◆ **PROVIDED MATERIAL**:
================
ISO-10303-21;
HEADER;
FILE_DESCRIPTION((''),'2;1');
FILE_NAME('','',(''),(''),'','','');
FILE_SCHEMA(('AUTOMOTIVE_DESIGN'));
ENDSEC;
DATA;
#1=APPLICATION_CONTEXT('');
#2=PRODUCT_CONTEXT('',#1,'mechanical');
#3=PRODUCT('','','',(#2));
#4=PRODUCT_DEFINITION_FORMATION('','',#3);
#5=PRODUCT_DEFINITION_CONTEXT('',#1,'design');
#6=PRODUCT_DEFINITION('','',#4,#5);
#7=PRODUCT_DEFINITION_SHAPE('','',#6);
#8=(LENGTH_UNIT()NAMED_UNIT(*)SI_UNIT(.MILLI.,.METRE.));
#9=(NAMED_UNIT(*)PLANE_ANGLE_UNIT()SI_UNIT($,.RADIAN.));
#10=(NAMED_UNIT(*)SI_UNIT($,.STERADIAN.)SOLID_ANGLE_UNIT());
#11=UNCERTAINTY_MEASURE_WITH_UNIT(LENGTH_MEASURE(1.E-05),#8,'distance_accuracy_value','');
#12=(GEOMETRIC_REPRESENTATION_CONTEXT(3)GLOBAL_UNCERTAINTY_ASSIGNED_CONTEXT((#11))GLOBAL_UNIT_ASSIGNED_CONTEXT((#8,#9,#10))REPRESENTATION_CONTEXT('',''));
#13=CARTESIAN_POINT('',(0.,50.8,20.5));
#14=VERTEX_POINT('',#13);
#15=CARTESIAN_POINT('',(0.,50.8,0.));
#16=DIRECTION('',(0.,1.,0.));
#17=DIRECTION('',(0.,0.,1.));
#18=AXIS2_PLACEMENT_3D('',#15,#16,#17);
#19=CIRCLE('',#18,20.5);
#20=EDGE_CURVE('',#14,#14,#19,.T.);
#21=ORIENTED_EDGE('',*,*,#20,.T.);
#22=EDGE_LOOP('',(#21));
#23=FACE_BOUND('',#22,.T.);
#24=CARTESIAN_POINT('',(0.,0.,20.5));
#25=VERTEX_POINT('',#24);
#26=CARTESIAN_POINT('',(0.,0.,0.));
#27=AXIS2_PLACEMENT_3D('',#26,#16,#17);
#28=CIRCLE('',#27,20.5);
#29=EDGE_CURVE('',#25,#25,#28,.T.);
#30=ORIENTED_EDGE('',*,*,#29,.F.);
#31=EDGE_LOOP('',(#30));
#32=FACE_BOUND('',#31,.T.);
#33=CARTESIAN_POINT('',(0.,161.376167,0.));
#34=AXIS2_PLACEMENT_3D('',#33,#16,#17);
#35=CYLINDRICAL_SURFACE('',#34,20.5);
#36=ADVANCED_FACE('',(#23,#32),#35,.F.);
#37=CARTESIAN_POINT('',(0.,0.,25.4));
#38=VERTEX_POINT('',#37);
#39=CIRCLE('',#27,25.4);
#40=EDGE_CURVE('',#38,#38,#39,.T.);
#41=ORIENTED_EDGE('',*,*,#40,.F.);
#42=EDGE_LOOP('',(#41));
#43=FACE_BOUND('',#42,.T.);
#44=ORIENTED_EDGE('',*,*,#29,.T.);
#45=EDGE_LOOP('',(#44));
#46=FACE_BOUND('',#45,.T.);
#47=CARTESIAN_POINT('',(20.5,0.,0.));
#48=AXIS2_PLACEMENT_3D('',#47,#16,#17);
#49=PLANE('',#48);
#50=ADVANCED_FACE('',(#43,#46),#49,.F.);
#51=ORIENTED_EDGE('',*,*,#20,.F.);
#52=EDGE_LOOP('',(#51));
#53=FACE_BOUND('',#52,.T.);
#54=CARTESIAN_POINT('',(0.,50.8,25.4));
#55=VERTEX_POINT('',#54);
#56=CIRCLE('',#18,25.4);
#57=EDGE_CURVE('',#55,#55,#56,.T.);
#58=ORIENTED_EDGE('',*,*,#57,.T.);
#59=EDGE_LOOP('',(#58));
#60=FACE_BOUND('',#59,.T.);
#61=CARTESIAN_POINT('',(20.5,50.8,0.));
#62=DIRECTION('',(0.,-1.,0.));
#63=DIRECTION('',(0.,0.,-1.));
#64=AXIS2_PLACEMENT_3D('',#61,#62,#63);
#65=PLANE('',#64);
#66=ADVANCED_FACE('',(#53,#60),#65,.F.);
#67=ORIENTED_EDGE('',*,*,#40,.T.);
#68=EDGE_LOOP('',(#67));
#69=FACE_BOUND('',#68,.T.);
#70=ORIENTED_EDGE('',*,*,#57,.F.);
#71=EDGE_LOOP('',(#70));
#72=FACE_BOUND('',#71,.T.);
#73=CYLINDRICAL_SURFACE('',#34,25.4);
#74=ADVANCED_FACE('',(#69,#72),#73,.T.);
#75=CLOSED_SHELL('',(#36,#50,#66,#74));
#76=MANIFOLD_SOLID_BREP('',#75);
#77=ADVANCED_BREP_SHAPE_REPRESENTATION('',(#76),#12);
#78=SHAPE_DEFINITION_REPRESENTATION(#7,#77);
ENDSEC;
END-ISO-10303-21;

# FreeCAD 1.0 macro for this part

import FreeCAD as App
import Part
import Sketcher
from FreeCAD import Vector
Q = App.Units.Quantity


def add_polygon(sketch, points):
    """Adds a closed chain of lines whose ends are joined by coincident constraints."""
    first, n = sketch.GeometryCount, len(points)
    for a, b in zip(points, points[1:] + points[:1]):
        sketch.addGeometry(Part.LineSegment(App.Vector(*a, 0), App.Vector(*b, 0)), False)
    for i in range(n):
        sketch.addConstraint(Sketcher.Constraint("Coincident", first + i, 2, first + (i + 1) % n, 1))

doc = App.newDocument("Part")
params = doc.addObject("Spreadsheet::Sheet", "Params")
for row, (alias, value) in enumerate([
    ("sketch1_width", "4.9 mm"),
    ("sketch1_height", "50.8 mm"),
    ("revolution_angle", "360 deg"),
], start=1):
    params.set(f"A{row}", alias)
    params.set(f"B{row}", "=" + value)
    params.setAlias(f"B{row}", alias)

body = doc.addObject("PartDesign::Body", "Body")

sketch1 = doc.addObject("Sketcher::SketchObject", "Sketch")
body.addObject(sketch1)
sketch1.AttachmentSupport = (doc.XY_Plane, [""])
sketch1.MapMode = "FlatFace"
add_polygon(sketch1, [(20.5, 50.8), (20.5, 0), (25.4, 0), (25.4, 50.8)])
sketch1.addConstraint(Sketcher.Constraint("Vertical", 0))
sketch1.addConstraint(Sketcher.Constraint("Horizontal", 1))
sketch1.addConstraint(Sketcher.Constraint("Vertical", 2))
sketch1.addConstraint(Sketcher.Constraint("Horizontal", 3))
sketch1.addConstraint(Sketcher.Constraint("PointOnObject", 0, 2, -1))
sketch1.addConstraint(Sketcher.Constraint("DistanceX", 1, 1, 1, 2, Q("4.9 mm")))
sketch1.addConstraint(Sketcher.Constraint("DistanceY", 0, 2, 0, 1, Q("50.8 mm")))
sketch1.addConstraint(Sketcher.Constraint("DistanceX", -1, 1, 0, 2, Q("20.5 mm")))
sketch1.setExpression("Constraints[9]", "Params.sketch1_width")
sketch1.setExpression("Constraints[10]", "Params.sketch1_height")
revolution = doc.addObject("PartDesign::Revolution", "Revolution")
body.addObject(revolution)
revolution.Profile = sketch1
revolution.ReferenceAxis = (sketch1, ["V_Axis"])
revolution.setExpression("Angle", "Params.revolution_angle")

doc.recompute()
================
◆ **WHAT THE TASK ASKS**:
What you give back should be exactly the lines of the data above from the line with "#41=ORIENTED_EDGE('',*,*,#40,.F.);" through the line with "#63=DIRECTION('',(0.,0.,-1.));", both of those included, and nothing more.

◆ **ANSWER FOR THIS EXERCISE**:
#41=ORIENTED_EDGE('',*,*,#40,.F.);
#42=EDGE_LOOP('',(#41));
#43=FACE_BOUND('',#42,.T.);
#44=ORIENTED_EDGE('',*,*,#29,.T.);
#45=EDGE_LOOP('',(#44));
#46=FACE_BOUND('',#45,.T.);
#47=CARTESIAN_POINT('',(20.5,0.,0.));
#48=AXIS2_PLACEMENT_3D('',#47,#16,#17);
#49=PLANE('',#48);
#50=ADVANCED_FACE('',(#43,#46),#49,.F.);
#51=ORIENTED_EDGE('',*,*,#20,.F.);
#52=EDGE_LOOP('',(#51));
#53=FACE_BOUND('',#52,.T.);
#54=CARTESIAN_POINT('',(0.,50.8,25.4));
#55=VERTEX_POINT('',#54);
#56=CIRCLE('',#18,25.4);
#57=EDGE_CURVE('',#55,#55,#56,.T.);
#58=ORIENTED_EDGE('',*,*,#57,.T.);
#59=EDGE_LOOP('',(#58));
#60=FACE_BOUND('',#59,.T.);
#61=CARTESIAN_POINT('',(20.5,50.8,0.));
#62=DIRECTION('',(0.,-1.,0.));
#63=DIRECTION('',(0.,0.,-1.));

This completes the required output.